■ Assignment
Where a line of the entries holds the string "rotate", copy that line.
.....
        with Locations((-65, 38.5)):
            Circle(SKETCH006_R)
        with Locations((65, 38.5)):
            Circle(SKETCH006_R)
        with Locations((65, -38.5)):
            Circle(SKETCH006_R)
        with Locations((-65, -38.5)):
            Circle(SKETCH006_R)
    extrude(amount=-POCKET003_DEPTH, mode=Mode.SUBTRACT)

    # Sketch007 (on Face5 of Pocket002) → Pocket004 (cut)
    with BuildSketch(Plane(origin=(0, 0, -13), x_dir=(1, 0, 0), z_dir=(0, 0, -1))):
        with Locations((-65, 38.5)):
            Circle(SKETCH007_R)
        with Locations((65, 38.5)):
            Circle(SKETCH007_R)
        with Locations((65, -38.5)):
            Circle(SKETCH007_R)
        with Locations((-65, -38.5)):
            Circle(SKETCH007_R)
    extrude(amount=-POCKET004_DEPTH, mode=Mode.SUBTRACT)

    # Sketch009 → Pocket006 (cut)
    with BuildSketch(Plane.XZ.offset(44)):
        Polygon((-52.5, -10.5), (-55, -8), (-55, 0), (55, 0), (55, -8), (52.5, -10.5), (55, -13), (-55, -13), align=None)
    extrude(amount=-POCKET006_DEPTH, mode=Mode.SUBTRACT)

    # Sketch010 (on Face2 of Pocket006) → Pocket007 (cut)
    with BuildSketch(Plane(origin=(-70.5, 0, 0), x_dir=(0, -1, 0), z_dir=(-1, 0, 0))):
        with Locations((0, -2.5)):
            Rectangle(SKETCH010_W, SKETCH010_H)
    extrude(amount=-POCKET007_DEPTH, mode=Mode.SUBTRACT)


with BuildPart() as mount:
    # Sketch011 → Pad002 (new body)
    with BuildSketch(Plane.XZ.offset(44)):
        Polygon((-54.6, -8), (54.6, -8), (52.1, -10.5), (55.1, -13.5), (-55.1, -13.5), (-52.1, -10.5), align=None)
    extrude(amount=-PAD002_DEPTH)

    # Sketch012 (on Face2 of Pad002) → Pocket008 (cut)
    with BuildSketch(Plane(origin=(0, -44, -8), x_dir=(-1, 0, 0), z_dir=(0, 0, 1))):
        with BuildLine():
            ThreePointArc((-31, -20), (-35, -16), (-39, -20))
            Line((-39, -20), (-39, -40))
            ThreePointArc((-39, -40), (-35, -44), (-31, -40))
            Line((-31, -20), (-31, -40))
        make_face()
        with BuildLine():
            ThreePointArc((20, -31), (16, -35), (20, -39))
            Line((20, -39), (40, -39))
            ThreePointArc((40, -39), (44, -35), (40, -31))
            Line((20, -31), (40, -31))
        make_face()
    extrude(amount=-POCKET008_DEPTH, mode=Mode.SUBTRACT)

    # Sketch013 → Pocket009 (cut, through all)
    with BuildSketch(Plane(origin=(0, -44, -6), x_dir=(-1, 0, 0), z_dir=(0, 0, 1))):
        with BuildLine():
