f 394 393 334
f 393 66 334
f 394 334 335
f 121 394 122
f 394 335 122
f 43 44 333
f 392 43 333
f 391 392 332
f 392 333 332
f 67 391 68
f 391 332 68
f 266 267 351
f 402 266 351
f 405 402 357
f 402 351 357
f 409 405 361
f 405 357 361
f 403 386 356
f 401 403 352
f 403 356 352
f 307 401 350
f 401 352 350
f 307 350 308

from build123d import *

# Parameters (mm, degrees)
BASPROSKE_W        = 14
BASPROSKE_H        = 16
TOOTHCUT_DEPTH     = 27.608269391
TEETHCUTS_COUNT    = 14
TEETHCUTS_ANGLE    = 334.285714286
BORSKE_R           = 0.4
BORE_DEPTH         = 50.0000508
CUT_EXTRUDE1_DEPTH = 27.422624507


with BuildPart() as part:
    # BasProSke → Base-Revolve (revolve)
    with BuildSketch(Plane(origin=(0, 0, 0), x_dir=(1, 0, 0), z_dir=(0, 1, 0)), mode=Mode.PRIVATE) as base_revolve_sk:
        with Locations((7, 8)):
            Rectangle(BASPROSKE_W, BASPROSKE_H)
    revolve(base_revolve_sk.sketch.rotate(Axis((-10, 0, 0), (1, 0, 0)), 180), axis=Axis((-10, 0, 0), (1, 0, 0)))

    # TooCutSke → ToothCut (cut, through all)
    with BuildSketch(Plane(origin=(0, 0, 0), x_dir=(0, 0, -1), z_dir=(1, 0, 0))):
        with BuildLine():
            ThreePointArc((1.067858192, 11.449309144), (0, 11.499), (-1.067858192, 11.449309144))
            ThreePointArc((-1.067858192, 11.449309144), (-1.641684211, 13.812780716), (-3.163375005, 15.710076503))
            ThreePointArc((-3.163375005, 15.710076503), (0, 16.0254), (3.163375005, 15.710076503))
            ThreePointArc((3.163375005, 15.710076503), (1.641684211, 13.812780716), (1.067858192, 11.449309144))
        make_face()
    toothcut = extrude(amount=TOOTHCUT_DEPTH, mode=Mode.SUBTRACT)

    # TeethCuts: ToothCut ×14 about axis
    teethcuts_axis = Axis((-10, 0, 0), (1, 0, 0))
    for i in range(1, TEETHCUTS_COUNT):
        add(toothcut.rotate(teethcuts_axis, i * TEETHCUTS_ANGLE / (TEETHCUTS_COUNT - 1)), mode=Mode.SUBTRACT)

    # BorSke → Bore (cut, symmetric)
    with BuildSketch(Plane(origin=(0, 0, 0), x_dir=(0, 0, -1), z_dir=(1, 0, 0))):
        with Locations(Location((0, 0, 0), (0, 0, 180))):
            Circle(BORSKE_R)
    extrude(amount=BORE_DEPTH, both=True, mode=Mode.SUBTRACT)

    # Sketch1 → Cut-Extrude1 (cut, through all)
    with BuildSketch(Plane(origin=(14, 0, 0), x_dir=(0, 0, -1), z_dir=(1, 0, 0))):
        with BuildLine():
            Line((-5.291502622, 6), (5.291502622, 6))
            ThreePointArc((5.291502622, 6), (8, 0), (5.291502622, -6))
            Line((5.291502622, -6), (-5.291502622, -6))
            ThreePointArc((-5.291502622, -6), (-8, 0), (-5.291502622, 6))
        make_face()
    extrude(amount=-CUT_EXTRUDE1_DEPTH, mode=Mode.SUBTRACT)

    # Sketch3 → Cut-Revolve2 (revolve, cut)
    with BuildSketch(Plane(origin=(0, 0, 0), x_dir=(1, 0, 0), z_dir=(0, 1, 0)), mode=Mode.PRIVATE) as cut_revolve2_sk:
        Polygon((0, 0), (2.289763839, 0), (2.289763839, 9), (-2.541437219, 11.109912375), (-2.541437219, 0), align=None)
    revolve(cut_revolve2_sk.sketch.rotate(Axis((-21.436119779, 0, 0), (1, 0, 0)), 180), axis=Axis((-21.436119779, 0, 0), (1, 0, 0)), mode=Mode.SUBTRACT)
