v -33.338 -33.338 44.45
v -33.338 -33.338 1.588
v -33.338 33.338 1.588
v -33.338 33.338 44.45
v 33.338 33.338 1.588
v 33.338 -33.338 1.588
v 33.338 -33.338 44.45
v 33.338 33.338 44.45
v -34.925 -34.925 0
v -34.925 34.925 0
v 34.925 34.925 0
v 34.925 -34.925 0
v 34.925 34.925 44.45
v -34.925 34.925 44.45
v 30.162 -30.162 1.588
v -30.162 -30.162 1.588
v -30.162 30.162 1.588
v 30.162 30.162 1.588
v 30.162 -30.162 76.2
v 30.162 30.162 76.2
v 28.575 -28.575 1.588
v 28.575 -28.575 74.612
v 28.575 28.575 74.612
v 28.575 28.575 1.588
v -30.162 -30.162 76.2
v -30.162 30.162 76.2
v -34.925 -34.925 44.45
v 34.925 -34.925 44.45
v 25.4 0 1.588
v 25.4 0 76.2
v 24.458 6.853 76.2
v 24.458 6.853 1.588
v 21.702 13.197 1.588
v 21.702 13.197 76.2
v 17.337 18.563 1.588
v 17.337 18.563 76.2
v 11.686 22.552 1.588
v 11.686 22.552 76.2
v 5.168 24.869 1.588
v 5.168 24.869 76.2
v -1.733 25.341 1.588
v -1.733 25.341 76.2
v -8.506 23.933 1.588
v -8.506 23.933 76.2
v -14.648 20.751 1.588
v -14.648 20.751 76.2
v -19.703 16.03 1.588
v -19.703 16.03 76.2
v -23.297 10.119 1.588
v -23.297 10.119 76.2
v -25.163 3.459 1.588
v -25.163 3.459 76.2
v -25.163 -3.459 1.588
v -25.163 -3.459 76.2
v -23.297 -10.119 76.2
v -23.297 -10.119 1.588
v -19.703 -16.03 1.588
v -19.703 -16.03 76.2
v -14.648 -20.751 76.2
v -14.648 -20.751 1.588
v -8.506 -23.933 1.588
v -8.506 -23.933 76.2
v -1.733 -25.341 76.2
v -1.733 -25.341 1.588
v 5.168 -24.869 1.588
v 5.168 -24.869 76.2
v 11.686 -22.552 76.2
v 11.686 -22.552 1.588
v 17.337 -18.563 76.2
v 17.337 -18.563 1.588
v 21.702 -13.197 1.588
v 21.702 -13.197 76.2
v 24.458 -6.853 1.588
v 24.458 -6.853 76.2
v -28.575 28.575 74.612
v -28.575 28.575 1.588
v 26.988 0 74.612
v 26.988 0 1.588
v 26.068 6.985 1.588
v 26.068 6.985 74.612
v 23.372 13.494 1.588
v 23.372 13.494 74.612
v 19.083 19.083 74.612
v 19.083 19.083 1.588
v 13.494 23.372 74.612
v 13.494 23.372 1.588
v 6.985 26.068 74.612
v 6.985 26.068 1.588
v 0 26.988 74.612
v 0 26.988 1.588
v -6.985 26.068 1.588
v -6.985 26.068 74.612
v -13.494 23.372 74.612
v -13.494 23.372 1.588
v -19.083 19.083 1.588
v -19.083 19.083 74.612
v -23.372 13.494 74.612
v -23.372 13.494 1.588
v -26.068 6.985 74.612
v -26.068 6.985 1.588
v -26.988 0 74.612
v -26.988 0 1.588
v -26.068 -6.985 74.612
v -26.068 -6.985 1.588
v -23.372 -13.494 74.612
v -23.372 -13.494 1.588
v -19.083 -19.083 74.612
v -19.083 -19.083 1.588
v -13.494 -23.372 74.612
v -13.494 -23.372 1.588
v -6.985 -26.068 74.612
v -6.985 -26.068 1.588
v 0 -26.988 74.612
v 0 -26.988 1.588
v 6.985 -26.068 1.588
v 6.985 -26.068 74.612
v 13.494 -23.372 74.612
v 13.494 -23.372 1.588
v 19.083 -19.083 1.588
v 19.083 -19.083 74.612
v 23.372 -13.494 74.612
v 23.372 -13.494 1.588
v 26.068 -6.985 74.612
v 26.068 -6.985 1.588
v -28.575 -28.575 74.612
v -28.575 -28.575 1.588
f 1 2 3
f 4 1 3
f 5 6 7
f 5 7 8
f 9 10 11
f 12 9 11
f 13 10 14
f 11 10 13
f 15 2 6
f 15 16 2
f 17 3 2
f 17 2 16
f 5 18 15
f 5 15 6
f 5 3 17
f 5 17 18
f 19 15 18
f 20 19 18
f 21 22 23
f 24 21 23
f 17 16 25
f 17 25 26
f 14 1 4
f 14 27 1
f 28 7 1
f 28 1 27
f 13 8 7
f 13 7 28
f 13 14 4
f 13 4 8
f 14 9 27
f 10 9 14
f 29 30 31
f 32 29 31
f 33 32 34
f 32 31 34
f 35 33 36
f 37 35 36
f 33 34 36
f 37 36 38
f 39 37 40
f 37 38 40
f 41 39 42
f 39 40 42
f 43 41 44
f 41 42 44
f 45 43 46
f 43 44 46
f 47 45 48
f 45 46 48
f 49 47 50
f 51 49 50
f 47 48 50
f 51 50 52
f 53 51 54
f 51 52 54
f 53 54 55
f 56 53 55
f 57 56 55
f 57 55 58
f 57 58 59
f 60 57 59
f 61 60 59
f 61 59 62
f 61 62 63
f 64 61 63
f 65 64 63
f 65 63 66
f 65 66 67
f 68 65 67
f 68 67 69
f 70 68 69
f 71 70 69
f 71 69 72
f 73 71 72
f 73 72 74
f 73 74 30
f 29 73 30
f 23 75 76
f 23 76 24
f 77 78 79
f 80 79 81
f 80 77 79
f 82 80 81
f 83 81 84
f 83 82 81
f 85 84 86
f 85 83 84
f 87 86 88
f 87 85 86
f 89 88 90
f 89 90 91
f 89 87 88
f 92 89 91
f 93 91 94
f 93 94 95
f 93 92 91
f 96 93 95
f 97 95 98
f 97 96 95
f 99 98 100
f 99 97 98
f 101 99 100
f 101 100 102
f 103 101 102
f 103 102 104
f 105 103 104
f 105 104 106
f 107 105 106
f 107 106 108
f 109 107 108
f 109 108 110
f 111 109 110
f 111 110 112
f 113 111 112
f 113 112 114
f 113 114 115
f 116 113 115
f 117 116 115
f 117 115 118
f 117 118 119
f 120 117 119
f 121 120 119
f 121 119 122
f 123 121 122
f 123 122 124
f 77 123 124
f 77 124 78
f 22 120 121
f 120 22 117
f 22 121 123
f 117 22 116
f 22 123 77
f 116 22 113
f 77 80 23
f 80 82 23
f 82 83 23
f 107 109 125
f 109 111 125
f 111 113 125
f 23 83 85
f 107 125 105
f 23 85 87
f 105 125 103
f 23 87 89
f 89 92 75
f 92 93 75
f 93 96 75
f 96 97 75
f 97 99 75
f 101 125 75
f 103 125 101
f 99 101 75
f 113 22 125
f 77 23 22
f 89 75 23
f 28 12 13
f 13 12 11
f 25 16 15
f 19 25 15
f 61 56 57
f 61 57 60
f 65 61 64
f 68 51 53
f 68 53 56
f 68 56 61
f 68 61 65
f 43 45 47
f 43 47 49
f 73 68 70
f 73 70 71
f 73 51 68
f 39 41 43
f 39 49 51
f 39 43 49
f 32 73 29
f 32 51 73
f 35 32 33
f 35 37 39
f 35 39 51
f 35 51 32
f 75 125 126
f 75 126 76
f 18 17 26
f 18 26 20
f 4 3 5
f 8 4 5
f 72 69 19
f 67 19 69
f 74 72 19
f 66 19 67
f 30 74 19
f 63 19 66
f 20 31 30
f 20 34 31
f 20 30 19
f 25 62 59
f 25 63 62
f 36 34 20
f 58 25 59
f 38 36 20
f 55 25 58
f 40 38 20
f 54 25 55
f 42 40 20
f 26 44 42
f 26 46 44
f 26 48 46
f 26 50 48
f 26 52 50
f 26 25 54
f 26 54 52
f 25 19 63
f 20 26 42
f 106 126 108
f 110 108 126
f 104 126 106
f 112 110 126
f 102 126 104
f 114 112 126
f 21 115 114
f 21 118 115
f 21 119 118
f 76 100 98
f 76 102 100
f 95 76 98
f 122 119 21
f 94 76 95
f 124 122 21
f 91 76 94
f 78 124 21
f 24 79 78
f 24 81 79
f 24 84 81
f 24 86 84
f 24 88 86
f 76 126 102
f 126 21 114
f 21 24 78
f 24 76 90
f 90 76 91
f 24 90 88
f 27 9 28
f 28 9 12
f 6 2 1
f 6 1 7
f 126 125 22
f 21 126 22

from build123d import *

# Parameters (mm, degrees)
F0_W      = 69.85
F0_H      = 69.85
F1_DEPTH  = 1.5875
F2_W      = 69.85
F2_H      = 69.85
F2_W_2    = 66.675
F2_H_2    = 66.675
F3_DEPTH  = 42.8625
F4_W      = 60.325
F4_H      = 60.325
F4_W_2    = 57.15
F4_H_2    = 57.15
F5_DEPTH  = 74.6125
F6_W      = 57.15
F6_H      = 1.5875
F7_DEPTH  = 58.7375
F8_R      = 25.4
F9_DEPTH  = 74.6125
F10_R     = 26.9875
F10_R_2   = 25.4
F11_DEPTH = 76.2


with BuildPart() as f1:
    # F0 (on Top) → F1 (new body)
    with BuildSketch(Plane.XY):
        Rectangle(F0_W, F0_H)
    extrude(amount=F1_DEPTH)

    # F2 (on face) → F3 (join)
    with BuildSketch(Plane.XY.offset(1.5875)):
        Rectangle(F2_W, F2_H)
        Rectangle(F2_W_2, F2_H_2, mode=Mode.SUBTRACT)
    extrude(amount=F3_DEPTH)

    # F4 (on face) → F5 (join)
    with BuildSketch(Plane.XY.offset(1.5875)):
        Rectangle(F4_W, F4_H)
        Rectangle(F4_W_2, F4_H_2, mode=Mode.SUBTRACT)
    extrude(amount=F5_DEPTH)

    # F6 (on face) → F7 (join)
    with BuildSketch(Plane.YZ.offset(-28.575)):
        with Locations((0, 75.40625)):
            Rectangle(F6_W, F6_H)
    extrude(amount=F7_DEPTH)

    # F8 (on face) → F9 (cut)
    with BuildSketch(Plane.XY.offset(76.2)):
        Circle(F8_R)
    extrude(amount=-F9_DEPTH, mode=Mode.SUBTRACT)

    # F10 (on face) → F11 (join)
    with BuildSketch(Plane.XY.offset(76.2)):
        Circle(F10_R)
        Circle(F10_R_2, mode=Mode.SUBTRACT)
    extrude(amount=-F11_DEPTH)


solid = f1.part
.....
■ Task response
    revolve(base_revolve_sk.sketch.rotate(Axis((-10, 0, 0), (1, 0, 0)), 180), axis=Axis((-10, 0, 0), (1, 0, 0)))
        add(toothcut.rotate(teethcuts_axis, i * TEETHCUTS_ANGLE / (TEETHCUTS_COUNT - 1)), mode=Mode.SUBTRACT)
    revolve(cut_revolve2_sk.sketch.rotate(Axis((-21.436119779, 0, 0), (1, 0, 0)), 180), axis=Axis((-21.436119779, 0, 0), (1, 0, 0)), mode=Mode.SUBTRACT)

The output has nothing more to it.